▶ _ABOUT THIS EXERCISE_:
Retype verbatim the lines of the listing, from the very first through the line with "f 83 242 243".
---- RECORDED DATA
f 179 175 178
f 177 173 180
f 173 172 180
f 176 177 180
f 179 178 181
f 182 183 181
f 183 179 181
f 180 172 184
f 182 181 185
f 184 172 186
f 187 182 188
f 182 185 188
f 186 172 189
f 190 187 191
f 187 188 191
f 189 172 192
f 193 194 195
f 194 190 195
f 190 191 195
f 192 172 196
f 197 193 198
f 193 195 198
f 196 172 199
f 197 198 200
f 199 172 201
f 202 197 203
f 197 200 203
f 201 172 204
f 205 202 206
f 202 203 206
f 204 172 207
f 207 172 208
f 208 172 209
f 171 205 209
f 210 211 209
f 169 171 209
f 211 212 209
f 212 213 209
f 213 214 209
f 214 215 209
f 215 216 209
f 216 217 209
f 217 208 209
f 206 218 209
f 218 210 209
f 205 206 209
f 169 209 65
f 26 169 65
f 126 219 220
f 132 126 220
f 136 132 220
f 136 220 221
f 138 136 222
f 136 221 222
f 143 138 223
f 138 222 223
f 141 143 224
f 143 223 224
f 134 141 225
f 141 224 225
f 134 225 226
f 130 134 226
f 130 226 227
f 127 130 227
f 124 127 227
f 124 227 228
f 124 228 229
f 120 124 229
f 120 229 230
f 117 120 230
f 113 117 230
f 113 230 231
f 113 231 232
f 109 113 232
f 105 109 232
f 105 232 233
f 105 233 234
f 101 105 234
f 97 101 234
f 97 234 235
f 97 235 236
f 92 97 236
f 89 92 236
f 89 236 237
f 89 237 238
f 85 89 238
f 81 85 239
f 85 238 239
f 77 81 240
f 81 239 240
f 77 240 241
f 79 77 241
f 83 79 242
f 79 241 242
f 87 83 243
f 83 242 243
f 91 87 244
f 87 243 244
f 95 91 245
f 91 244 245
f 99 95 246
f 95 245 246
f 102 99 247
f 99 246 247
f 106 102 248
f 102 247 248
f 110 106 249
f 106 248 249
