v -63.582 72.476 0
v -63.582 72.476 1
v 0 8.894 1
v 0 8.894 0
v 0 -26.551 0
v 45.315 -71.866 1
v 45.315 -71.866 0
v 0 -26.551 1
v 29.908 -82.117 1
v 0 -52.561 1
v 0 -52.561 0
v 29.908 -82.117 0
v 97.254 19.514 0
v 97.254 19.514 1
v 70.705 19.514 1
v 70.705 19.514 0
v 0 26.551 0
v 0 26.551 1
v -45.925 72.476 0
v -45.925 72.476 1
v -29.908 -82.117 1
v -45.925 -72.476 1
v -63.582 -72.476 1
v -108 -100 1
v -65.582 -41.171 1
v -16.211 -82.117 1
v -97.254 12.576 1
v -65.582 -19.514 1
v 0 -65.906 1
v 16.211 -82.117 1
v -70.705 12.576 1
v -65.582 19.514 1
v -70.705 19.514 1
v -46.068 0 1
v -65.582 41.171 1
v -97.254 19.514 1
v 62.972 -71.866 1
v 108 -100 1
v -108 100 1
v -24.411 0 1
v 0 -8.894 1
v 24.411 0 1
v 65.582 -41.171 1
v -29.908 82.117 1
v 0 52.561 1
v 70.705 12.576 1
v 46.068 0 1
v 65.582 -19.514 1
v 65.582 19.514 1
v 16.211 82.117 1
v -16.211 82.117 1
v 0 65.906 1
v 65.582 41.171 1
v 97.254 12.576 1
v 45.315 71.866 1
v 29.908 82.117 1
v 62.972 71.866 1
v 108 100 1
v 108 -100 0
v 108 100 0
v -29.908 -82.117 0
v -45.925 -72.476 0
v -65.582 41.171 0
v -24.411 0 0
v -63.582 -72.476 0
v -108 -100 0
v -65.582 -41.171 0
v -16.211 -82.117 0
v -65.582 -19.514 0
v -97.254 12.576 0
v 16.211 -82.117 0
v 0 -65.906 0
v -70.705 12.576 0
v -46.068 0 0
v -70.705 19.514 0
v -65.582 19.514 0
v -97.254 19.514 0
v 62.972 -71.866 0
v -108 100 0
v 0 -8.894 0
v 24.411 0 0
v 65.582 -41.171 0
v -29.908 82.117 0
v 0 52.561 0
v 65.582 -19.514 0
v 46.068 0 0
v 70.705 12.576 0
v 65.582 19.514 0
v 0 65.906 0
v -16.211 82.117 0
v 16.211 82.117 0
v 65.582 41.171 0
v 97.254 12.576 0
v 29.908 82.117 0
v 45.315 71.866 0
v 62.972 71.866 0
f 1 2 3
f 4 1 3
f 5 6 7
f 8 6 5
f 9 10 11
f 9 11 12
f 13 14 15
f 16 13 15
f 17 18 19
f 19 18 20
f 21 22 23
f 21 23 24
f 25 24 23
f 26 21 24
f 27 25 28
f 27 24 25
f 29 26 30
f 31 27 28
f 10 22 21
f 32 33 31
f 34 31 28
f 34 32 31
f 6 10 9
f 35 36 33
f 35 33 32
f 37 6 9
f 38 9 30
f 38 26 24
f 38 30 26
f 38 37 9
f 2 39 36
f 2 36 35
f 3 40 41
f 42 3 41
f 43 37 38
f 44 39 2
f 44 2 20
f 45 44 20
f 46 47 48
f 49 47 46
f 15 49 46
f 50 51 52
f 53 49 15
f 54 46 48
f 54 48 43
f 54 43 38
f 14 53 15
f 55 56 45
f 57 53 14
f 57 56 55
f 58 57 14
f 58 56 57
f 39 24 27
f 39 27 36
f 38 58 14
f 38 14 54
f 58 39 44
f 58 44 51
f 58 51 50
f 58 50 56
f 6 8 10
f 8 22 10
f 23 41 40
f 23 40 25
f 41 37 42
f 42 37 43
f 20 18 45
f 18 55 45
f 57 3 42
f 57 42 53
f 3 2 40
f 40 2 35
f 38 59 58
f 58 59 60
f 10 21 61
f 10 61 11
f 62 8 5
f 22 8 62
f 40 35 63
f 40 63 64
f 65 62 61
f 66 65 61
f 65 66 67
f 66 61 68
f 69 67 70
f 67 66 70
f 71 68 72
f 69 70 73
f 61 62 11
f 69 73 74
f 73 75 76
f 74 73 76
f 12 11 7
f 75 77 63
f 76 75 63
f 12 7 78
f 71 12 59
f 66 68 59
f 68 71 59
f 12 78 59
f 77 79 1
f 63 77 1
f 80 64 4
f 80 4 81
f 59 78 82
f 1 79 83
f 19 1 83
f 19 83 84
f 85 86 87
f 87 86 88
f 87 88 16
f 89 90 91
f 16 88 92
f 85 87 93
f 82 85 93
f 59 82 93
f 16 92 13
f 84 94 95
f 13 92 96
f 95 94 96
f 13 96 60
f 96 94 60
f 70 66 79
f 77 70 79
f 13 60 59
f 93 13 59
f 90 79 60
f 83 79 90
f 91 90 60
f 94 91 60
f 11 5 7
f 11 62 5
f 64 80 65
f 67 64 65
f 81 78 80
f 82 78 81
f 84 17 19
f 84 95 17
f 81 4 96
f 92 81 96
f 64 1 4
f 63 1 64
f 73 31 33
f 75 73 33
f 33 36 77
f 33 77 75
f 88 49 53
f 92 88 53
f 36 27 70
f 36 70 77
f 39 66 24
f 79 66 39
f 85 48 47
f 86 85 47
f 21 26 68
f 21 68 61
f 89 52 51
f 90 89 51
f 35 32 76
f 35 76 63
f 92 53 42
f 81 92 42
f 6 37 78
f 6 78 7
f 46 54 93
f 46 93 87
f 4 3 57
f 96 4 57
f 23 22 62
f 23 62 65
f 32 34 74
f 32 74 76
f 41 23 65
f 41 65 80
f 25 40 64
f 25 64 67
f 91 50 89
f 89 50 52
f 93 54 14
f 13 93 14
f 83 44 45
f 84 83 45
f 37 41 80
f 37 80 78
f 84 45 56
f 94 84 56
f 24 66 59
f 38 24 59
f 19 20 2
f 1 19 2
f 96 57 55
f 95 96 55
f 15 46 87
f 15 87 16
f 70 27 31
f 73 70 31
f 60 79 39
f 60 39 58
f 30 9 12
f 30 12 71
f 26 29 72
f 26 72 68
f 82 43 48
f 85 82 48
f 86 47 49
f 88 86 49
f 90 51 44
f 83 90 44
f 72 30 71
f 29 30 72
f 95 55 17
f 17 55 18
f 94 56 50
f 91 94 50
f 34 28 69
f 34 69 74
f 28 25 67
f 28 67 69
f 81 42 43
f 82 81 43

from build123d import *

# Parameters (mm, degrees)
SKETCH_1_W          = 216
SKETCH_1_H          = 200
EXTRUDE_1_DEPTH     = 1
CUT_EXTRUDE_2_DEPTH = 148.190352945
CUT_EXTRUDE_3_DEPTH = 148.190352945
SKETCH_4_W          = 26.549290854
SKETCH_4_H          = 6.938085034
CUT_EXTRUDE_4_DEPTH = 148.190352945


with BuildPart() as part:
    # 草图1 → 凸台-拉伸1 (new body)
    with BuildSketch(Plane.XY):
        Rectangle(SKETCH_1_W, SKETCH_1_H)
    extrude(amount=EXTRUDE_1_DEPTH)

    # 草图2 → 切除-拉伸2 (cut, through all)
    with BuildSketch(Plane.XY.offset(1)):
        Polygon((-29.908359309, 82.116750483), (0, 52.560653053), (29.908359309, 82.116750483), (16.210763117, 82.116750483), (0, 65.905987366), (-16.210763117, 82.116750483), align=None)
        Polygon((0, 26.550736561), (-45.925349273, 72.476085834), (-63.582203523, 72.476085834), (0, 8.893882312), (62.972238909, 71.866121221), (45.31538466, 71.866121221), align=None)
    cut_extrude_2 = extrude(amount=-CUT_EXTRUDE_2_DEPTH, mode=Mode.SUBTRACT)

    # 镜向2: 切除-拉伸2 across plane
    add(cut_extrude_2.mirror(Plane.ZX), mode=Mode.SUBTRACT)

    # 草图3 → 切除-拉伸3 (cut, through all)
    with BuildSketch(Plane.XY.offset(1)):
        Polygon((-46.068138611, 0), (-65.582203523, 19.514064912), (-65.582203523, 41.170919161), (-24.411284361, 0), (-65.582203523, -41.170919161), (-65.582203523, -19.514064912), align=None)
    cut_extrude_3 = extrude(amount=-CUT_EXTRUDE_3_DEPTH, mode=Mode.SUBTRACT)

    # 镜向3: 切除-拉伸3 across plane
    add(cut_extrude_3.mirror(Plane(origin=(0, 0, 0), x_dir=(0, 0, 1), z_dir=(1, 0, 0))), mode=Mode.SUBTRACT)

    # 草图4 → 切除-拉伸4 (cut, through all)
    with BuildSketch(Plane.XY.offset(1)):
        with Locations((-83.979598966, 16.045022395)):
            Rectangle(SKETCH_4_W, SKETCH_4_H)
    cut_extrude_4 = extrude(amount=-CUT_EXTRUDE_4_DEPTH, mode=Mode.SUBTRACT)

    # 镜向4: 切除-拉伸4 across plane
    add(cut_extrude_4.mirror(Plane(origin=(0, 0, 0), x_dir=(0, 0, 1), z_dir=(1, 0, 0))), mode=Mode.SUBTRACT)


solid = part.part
--------
▶ _TASK RESULT_:
f 179 175 178
f 177 173 180
f 173 172 180
f 176 177 180
f 179 178 181
f 182 183 181
f 183 179 181
f 180 172 184
f 182 181 185
f 184 172 186
f 187 182 188
f 182 185 188
f 186 172 189
f 190 187 191
f 187 188 191
f 189 172 192
f 193 194 195
f 194 190 195
f 190 191 195
f 192 172 196
f 197 193 198
f 193 195 198
f 196 172 199
f 197 198 200
f 199 172 201
f 202 197 203
f 197 200 203
f 201 172 204
f 205 202 206
f 202 203 206
f 204 172 207
f 207 172 208
f 208 172 209
f 171 205 209
f 210 211 209
f 169 171 209
f 211 212 209
f 212 213 209
f 213 214 209
f 214 215 209
f 215 216 209
f 216 217 209
f 217 208 209
f 206 218 209
f 218 210 209
f 205 206 209
f 169 209 65
f 26 169 65
f 126 219 220
f 132 126 220
f 136 132 220
f 136 220 221
f 138 136 222
f 136 221 222
f 143 138 223
f 138 222 223
f 141 143 224
f 143 223 224
f 134 141 225
f 141 224 225
f 134 225 226
f 130 134 226
f 130 226 227
f 127 130 227
f 124 127 227
f 124 227 228
f 124 228 229
f 120 124 229
f 120 229 230
f 117 120 230
f 113 117 230
f 113 230 231
f 113 231 232
f 109 113 232
f 105 109 232
f 105 232 233
f 105 233 234
f 101 105 234
f 97 101 234
f 97 234 235
f 97 235 236
f 92 97 236
f 89 92 236
f 89 236 237
f 89 237 238
f 85 89 238
f 81 85 239
f 85 238 239
f 77 81 240
f 81 239 240
f 77 240 241
f 79 77 241
f 83 79 242
f 79 241 242
f 87 83 243
f 83 242 243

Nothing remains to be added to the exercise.